** WORK REQUEST **
What appears from the first line of the records below through the line containing "v 4.653 3.99 -27.733" must be reproduced verbatim.

[Data records]
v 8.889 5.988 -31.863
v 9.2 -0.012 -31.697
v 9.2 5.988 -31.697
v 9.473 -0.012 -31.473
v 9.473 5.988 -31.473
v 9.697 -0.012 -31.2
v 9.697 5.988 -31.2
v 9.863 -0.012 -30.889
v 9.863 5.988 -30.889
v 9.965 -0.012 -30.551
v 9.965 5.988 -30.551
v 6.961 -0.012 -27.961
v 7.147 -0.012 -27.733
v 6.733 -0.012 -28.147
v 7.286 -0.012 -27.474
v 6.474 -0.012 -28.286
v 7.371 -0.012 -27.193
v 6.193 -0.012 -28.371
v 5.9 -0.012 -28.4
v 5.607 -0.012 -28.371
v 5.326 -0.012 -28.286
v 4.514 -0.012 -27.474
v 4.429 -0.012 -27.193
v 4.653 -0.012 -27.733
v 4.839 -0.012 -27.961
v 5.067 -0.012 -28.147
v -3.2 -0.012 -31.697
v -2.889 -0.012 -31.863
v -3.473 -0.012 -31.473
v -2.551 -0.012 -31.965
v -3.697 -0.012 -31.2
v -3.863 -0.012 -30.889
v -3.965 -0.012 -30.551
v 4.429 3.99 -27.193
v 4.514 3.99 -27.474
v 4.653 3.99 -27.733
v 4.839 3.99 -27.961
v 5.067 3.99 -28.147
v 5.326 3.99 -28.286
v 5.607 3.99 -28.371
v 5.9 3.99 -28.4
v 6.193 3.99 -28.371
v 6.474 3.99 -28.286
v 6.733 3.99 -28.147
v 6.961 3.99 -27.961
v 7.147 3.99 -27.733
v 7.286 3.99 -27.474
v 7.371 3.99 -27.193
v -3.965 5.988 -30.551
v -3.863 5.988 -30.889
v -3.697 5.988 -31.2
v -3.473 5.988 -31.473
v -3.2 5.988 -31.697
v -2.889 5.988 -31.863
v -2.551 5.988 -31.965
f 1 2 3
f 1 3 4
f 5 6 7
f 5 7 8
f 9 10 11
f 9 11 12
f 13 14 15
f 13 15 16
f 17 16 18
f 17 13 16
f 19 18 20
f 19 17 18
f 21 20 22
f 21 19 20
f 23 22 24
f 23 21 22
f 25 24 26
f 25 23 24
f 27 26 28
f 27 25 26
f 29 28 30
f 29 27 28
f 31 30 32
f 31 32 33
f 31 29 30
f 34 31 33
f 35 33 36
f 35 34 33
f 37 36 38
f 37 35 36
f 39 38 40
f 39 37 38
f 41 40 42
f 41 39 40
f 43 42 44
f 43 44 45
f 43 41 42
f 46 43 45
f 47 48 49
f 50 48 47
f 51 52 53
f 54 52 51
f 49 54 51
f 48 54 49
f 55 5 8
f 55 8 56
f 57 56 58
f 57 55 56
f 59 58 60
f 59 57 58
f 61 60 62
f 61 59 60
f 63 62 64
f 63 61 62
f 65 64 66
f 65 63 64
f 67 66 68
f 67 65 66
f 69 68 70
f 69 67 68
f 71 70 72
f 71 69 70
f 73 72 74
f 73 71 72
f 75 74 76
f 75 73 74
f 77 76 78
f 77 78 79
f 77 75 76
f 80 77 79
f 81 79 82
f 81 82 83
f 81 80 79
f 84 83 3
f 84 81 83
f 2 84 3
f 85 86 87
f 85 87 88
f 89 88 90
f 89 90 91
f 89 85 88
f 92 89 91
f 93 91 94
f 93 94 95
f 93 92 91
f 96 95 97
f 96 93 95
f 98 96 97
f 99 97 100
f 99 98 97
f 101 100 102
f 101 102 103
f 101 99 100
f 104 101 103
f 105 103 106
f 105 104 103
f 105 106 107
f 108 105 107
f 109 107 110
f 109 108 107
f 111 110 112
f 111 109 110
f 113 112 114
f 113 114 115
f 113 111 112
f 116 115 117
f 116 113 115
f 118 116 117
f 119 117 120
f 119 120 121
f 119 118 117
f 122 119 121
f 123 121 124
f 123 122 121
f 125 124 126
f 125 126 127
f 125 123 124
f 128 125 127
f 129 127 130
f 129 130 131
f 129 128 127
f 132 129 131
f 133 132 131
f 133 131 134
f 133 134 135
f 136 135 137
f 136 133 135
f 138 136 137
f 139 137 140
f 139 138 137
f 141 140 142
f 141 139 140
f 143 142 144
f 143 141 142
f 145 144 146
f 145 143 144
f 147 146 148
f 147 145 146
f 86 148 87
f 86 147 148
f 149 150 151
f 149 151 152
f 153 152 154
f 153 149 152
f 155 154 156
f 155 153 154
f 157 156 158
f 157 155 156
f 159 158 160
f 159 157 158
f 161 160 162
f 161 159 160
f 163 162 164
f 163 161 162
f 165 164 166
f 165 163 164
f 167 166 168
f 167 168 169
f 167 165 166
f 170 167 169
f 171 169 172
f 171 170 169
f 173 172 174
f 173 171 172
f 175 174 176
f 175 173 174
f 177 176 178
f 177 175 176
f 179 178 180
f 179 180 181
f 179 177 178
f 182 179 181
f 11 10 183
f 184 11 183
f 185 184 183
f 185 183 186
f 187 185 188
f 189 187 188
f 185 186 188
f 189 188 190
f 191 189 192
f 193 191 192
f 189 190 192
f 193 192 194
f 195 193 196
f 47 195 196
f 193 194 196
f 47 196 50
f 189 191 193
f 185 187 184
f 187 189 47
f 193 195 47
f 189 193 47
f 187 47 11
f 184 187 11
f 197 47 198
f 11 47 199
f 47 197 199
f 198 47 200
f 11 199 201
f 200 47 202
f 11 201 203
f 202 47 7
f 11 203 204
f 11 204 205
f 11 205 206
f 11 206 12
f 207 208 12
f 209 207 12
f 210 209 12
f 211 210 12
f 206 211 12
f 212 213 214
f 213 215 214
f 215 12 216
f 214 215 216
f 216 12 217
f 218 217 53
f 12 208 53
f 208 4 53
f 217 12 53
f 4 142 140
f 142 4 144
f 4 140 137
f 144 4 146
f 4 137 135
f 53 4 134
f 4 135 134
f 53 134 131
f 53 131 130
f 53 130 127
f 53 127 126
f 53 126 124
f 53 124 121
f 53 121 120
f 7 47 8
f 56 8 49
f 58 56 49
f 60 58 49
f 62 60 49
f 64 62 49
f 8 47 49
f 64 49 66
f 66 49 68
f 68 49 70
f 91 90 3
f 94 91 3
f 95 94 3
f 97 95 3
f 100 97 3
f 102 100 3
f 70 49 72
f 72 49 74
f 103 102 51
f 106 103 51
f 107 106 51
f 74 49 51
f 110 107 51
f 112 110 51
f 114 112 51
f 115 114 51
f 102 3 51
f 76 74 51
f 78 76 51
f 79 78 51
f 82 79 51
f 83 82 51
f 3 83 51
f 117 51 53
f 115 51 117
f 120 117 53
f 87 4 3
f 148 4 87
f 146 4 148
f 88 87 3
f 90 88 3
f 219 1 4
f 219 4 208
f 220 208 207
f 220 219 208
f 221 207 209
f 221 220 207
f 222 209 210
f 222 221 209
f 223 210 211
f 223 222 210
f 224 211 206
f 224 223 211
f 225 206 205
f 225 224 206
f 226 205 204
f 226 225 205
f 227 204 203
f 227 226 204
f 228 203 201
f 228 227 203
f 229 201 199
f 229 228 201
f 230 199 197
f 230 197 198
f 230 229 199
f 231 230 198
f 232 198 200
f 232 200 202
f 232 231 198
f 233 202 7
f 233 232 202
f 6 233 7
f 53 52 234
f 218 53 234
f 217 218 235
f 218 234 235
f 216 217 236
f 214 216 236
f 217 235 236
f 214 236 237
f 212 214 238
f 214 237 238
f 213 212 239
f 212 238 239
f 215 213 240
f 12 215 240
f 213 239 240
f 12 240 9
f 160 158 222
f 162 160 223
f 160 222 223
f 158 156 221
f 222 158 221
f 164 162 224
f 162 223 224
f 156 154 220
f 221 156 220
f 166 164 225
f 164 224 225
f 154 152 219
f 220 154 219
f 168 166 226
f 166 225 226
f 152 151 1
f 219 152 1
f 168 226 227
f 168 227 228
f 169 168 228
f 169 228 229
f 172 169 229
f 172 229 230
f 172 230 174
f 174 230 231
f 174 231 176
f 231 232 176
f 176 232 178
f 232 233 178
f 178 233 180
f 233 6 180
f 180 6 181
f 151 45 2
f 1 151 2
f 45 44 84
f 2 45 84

** SOLVED EXERCISE **
v 8.889 5.988 -31.863
v 9.2 -0.012 -31.697
v 9.2 5.988 -31.697
v 9.473 -0.012 -31.473
v 9.473 5.988 -31.473
v 9.697 -0.012 -31.2
v 9.697 5.988 -31.2
v 9.863 -0.012 -30.889
v 9.863 5.988 -30.889
v 9.965 -0.012 -30.551
v 9.965 5.988 -30.551
v 6.961 -0.012 -27.961
v 7.147 -0.012 -27.733
v 6.733 -0.012 -28.147
v 7.286 -0.012 -27.474
v 6.474 -0.012 -28.286
v 7.371 -0.012 -27.193
v 6.193 -0.012 -28.371
v 5.9 -0.012 -28.4
v 5.607 -0.012 -28.371
v 5.326 -0.012 -28.286
v 4.514 -0.012 -27.474
v 4.429 -0.012 -27.193
v 4.653 -0.012 -27.733
v 4.839 -0.012 -27.961
v 5.067 -0.012 -28.147
v -3.2 -0.012 -31.697
v -2.889 -0.012 -31.863
v -3.473 -0.012 -31.473
v -2.551 -0.012 -31.965
v -3.697 -0.012 -31.2
v -3.863 -0.012 -30.889
v -3.965 -0.012 -30.551
v 4.429 3.99 -27.193
v 4.514 3.99 -27.474
v 4.653 3.99 -27.733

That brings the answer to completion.